**TASK TO CARRY OUT**
Please print each record that follows precisely as it appears.

**PROVIDED RECORDS**
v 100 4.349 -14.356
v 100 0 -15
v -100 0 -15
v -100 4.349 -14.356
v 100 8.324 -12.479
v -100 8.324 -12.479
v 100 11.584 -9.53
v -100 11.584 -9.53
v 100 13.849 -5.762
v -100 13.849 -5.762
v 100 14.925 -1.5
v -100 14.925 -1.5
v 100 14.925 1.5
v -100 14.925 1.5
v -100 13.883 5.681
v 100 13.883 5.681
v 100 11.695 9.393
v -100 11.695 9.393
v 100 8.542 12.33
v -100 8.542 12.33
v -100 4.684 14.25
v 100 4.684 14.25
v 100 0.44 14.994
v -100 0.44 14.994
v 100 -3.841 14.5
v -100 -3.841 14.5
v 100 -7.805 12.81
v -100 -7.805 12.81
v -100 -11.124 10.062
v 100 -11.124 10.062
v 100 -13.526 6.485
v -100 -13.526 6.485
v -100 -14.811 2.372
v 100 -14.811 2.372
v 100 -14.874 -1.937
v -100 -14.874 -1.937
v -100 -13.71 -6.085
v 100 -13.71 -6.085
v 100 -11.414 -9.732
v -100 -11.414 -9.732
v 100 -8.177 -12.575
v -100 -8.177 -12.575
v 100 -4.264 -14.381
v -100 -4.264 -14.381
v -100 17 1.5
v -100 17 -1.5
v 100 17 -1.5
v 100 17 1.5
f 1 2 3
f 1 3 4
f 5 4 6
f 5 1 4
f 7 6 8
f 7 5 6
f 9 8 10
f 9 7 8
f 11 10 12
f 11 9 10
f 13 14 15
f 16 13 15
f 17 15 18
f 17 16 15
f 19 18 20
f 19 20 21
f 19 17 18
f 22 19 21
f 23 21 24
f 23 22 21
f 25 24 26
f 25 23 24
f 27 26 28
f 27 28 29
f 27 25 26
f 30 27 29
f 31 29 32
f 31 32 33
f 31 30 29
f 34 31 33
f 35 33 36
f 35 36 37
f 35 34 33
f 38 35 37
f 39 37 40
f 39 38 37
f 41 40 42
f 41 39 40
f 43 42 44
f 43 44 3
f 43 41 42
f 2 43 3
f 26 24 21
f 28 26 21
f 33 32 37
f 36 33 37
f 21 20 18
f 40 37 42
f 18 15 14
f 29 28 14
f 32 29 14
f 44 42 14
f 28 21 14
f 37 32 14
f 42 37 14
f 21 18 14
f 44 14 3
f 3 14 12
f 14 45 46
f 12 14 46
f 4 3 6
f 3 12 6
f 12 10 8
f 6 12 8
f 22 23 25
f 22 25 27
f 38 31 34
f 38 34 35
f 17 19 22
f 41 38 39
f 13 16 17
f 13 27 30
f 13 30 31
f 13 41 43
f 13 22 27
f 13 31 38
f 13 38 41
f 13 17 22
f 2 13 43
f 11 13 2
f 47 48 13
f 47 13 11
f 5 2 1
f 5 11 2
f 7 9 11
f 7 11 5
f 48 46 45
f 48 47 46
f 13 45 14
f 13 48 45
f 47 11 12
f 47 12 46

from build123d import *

# Parameters (mm, degrees)
EXTRUDE_1_DEPTH = 100


with BuildPart() as part:
    # 草图1 → 凸台-拉伸1 (new, symmetric)
    with BuildSketch(Plane(origin=(0, 0, 0), x_dir=(0, 0, -1), z_dir=(1, 0, 0))):
        with BuildLine():
            Line((-1.5, 14.924811557), (-1.5, 0))
            Line((-1.5, 0), (1.5, 0))
            Line((1.5, 0), (1.5, 14.924811557))
            ThreePointArc((1.5, 14.924811557), (0, 15), (-1.5, 14.924811557))
        make_face()
        with BuildLine():
            Line((1.5, 0), (-1.5, 0))
            Line((-1.5, 0), (-1.5, 14.924811557))
            ThreePointArc((-1.5, 14.924811557), (-10.062305899, -11.124297731), (15, 0))
            ThreePointArc((15, 0), (11.124297731, 10.062305899), (1.5, 14.924811557))
            Line((1.5, 14.924811557), (1.5, 0))
        make_face()
        with BuildLine():
            Line((-1.5, 17), (-1.5, 14.924811557))
            ThreePointArc((-1.5, 14.924811557), (0, 15), (1.5, 14.924811557))
            Line((1.5, 14.924811557), (1.5, 17))
            Line((1.5, 17), (-1.5, 17))
        make_face()
    extrude(amount=EXTRUDE_1_DEPTH, both=True)


solid = part.part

**SOLUTION TO THIS TASK**
v 100 4.349 -14.356
v 100 0 -15
v -100 0 -15
v -100 4.349 -14.356
v 100 8.324 -12.479
v -100 8.324 -12.479
v 100 11.584 -9.53
v -100 11.584 -9.53
v 100 13.849 -5.762
v -100 13.849 -5.762
v 100 14.925 -1.5
v -100 14.925 -1.5
v 100 14.925 1.5
v -100 14.925 1.5
v -100 13.883 5.681
v 100 13.883 5.681
v 100 11.695 9.393
v -100 11.695 9.393
v 100 8.542 12.33
v -100 8.542 12.33
v -100 4.684 14.25
v 100 4.684 14.25
v 100 0.44 14.994
v -100 0.44 14.994
v 100 -3.841 14.5
v -100 -3.841 14.5
v 100 -7.805 12.81
v -100 -7.805 12.81
v -100 -11.124 10.062
v 100 -11.124 10.062
v 100 -13.526 6.485
v -100 -13.526 6.485
v -100 -14.811 2.372
v 100 -14.811 2.372
v 100 -14.874 -1.937
v -100 -14.874 -1.937
v -100 -13.71 -6.085
v 100 -13.71 -6.085
v 100 -11.414 -9.732
v -100 -11.414 -9.732
v 100 -8.177 -12.575
v -100 -8.177 -12.575
v 100 -4.264 -14.381
v -100 -4.264 -14.381
v -100 17 1.5
v -100 17 -1.5
v 100 17 -1.5
v 100 17 1.5
f 1 2 3
f 1 3 4
f 5 4 6
f 5 1 4
f 7 6 8
f 7 5 6
f 9 8 10
f 9 7 8
f 11 10 12
f 11 9 10
f 13 14 15
f 16 13 15
f 17 15 18
f 17 16 15
f 19 18 20
f 19 20 21
f 19 17 18
f 22 19 21
f 23 21 24
f 23 22 21
f 25 24 26
f 25 23 24
f 27 26 28
f 27 28 29
f 27 25 26
f 30 27 29
f 31 29 32
f 31 32 33
f 31 30 29
f 34 31 33
f 35 33 36
f 35 36 37
f 35 34 33
f 38 35 37
f 39 37 40
f 39 38 37
f 41 40 42
f 41 39 40
f 43 42 44
f 43 44 3
f 43 41 42
f 2 43 3
f 26 24 21
f 28 26 21
f 33 32 37
f 36 33 37
f 21 20 18
f 40 37 42
f 18 15 14
f 29 28 14
f 32 29 14
f 44 42 14
f 28 21 14
f 37 32 14
f 42 37 14
f 21 18 14
f 44 14 3
f 3 14 12
f 14 45 46
f 12 14 46
f 4 3 6
f 3 12 6
f 12 10 8
f 6 12 8
f 22 23 25
f 22 25 27
f 38 31 34
f 38 34 35
f 17 19 22
f 41 38 39
f 13 16 17
f 13 27 30
f 13 30 31
f 13 41 43
f 13 22 27
f 13 31 38
f 13 38 41
f 13 17 22
f 2 13 43
f 11 13 2
f 47 48 13
f 47 13 11
f 5 2 1
f 5 11 2
f 7 9 11
f 7 11 5
f 48 46 45
f 48 47 46
f 13 45 14
f 13 48 45
f 47 11 12
f 47 12 46

from build123d import *

# Parameters (mm, degrees)
EXTRUDE_1_DEPTH = 100


with BuildPart() as part:
    # 草图1 → 凸台-拉伸1 (new, symmetric)
    with BuildSketch(Plane(origin=(0, 0, 0), x_dir=(0, 0, -1), z_dir=(1, 0, 0))):
        with BuildLine():
            Line((-1.5, 14.924811557), (-1.5, 0))
            Line((-1.5, 0), (1.5, 0))
            Line((1.5, 0), (1.5, 14.924811557))
            ThreePointArc((1.5, 14.924811557), (0, 15), (-1.5, 14.924811557))
        make_face()
        with BuildLine():
            Line((1.5, 0), (-1.5, 0))
            Line((-1.5, 0), (-1.5, 14.924811557))
            ThreePointArc((-1.5, 14.924811557), (-10.062305899, -11.124297731), (15, 0))
            ThreePointArc((15, 0), (11.124297731, 10.062305899), (1.5, 14.924811557))
            Line((1.5, 14.924811557), (1.5, 0))
        make_face()
        with BuildLine():
            Line((-1.5, 17), (-1.5, 14.924811557))
            ThreePointArc((-1.5, 14.924811557), (0, 15), (1.5, 14.924811557))
            Line((1.5, 14.924811557), (1.5, 17))
            Line((1.5, 17), (-1.5, 17))
        make_face()
    extrude(amount=EXTRUDE_1_DEPTH, both=True)


solid = part.part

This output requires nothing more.